Tuesday, October 28, 2008

Other Beginnings

Not long after the Sumerians began writing, other systems of writing were beginning to develop all over the world. Civilizations in Africa, Asia, and the Americas were using their indigenous materials to preserve their own records and thoughts.

Over 4,000 years ago along the banks of the Nile River the Egyptians began to write. They used a picture system that is now called hieroglyphics. Most of the surviving writings are religious in nature. They wrote on a material called papyrus, made from the inner fibers of a reed which grew only on the banks of the northern Nile. Papyrus was used as a support for thousands of years by many different cultures.
Arabic Papyrus, Paper and Parchment Collection, 700 C.E
Papyrus 443b
Rare Books, Special Collections,
J. Willard Marriott Library, University of Utah

There are many examples of early writing systems throughout Asia. China was among the earliest civilizations to begin keeping records with the written word. Like other systems of writing, Chinese was a picture language that became abstracted in both meaning and appearance.
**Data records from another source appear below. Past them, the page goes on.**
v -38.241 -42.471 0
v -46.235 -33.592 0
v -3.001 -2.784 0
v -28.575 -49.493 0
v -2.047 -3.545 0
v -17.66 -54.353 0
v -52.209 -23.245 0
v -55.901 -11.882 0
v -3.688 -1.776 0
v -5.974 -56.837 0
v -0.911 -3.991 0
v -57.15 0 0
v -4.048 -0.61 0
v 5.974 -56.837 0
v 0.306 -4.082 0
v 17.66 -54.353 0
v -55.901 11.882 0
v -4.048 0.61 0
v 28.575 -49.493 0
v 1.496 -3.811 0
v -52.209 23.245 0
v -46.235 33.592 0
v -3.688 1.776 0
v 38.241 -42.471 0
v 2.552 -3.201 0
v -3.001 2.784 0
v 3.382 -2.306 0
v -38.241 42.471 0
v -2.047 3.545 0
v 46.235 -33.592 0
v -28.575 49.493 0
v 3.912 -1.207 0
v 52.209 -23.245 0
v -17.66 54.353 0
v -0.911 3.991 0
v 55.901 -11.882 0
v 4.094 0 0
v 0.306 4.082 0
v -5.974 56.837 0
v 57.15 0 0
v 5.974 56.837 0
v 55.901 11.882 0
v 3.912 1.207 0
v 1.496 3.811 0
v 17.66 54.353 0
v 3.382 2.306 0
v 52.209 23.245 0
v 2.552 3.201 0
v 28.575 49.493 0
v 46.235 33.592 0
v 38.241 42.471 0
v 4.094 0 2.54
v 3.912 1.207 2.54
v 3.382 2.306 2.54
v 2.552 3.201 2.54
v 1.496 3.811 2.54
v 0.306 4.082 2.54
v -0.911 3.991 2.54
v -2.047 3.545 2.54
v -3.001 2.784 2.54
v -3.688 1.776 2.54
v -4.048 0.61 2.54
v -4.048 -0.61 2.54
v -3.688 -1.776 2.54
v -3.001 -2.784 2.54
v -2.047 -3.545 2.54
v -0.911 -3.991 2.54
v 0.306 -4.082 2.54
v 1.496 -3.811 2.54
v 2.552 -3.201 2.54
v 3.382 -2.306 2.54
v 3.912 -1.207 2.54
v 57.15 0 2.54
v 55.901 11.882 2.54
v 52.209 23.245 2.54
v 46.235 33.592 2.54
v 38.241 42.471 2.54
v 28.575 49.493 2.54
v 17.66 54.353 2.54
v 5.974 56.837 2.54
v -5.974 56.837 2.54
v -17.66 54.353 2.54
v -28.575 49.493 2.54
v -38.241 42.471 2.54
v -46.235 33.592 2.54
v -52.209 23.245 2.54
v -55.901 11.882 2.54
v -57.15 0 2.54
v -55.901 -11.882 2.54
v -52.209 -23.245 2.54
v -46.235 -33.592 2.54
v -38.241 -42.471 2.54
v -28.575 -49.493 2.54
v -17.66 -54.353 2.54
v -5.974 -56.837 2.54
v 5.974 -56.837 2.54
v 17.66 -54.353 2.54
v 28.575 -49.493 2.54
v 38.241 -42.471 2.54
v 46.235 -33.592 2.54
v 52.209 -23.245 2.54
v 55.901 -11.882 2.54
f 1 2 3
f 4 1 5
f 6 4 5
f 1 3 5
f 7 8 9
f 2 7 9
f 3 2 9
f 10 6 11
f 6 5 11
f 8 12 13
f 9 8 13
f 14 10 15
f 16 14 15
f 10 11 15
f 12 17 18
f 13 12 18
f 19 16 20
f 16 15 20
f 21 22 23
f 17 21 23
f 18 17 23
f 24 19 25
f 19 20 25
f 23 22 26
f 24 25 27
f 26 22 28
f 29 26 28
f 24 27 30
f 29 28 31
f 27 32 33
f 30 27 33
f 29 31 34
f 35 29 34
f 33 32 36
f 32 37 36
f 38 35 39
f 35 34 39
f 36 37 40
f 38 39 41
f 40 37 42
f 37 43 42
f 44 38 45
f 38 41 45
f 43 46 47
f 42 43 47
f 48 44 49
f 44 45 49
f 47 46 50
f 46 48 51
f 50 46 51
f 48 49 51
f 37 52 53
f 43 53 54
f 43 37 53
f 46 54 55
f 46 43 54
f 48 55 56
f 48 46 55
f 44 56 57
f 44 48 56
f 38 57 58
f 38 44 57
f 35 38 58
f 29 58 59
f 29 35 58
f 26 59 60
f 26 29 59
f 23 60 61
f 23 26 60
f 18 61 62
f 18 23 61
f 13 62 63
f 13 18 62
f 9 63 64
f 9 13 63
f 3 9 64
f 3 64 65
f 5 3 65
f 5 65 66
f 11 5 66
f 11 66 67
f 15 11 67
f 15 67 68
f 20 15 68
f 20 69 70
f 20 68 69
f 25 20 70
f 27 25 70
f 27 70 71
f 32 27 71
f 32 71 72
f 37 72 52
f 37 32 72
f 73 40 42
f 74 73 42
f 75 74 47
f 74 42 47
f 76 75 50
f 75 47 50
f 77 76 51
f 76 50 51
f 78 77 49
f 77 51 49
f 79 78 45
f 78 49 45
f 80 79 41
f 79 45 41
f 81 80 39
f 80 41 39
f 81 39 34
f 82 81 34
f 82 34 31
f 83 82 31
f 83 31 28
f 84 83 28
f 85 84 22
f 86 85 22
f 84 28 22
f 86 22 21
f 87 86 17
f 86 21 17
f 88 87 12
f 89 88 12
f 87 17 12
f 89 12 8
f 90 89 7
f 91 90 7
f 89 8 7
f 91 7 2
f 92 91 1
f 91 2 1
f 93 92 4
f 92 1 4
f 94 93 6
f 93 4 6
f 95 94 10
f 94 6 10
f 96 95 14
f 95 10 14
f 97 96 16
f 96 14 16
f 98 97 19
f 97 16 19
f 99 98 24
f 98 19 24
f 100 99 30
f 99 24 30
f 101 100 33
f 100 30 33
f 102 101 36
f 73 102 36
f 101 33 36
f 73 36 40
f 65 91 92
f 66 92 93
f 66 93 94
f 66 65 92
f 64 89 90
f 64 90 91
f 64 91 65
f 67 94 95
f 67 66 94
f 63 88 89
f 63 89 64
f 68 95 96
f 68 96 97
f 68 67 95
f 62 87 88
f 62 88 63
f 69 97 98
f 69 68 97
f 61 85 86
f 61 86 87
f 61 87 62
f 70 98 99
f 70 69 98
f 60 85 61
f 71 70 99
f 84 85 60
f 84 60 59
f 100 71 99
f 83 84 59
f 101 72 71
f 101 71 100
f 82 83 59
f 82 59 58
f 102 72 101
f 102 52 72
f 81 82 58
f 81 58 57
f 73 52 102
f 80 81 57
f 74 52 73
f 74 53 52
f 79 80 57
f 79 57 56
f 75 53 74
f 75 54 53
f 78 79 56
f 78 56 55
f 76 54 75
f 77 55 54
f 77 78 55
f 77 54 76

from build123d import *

# Parameters (mm, degrees)
F0_R     = 57.15
F1_DEPTH = 2.54
F2_R     = 4.09365
F3_DEPTH = 25.4
F4_DEPTH = 25.4


with BuildPart() as f1:
    # F0 (on Top) → F1 (new body)
    with BuildSketch(Plane.XY):
        Circle(F0_R)
    extrude(amount=F1_DEPTH)

    # F2 (on Top) → F3 (cut)
    with BuildSketch(Plane.XY):
        Circle(F2_R)
    extrude(amount=-F3_DEPTH, mode=Mode.SUBTRACT)

    # F2 (on Top) → F4 (cut)
    with BuildSketch(Plane.XY):
        Circle(F2_R)
    extrude(amount=F4_DEPTH, mode=Mode.SUBTRACT)


solid = f1.part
The Chinese were also innovative in their writing supports. They were the first to use paper around 3,000 years ago. In other parts of Asia writing took on a different look. In Indonesia and the surrounding islands writing was a series of intricate loops impressed on the palm leaves.


Palm Leaf Book, 450 C.E.
Rare Books, Special Collections,
J. Willard Marriott Library, University of Utah

Around 3,000 years ago Mesoamericans began developing a writing system. It was first assumed, by modern scholars, that the highly stylized and pictorial images were not a writing system. Later investigation revealed that, similar to other writing systems, Mesoamerican writing was pictorial. Images represented many things in this culture. Mesoamericans used their domestic animal and plant life to create writing supports. They used specially prepared deer skin for more formal writings. They also wrote on a paper like material called Amatl, made from the bark of fig trees. The few remaining manuscripts are generally religious and closely relate to nature, astronomy, and celestial calendars.

Mesoamerican manuscript
Rare Books, Special Collections,
J.Willard Marriott Library, University of Utah

Writing is a worldwide phenomenon that developed in similar yet different ways all over the world. Human beings everywhere found it necessary to produce and preserve human thought and experience through writing and books.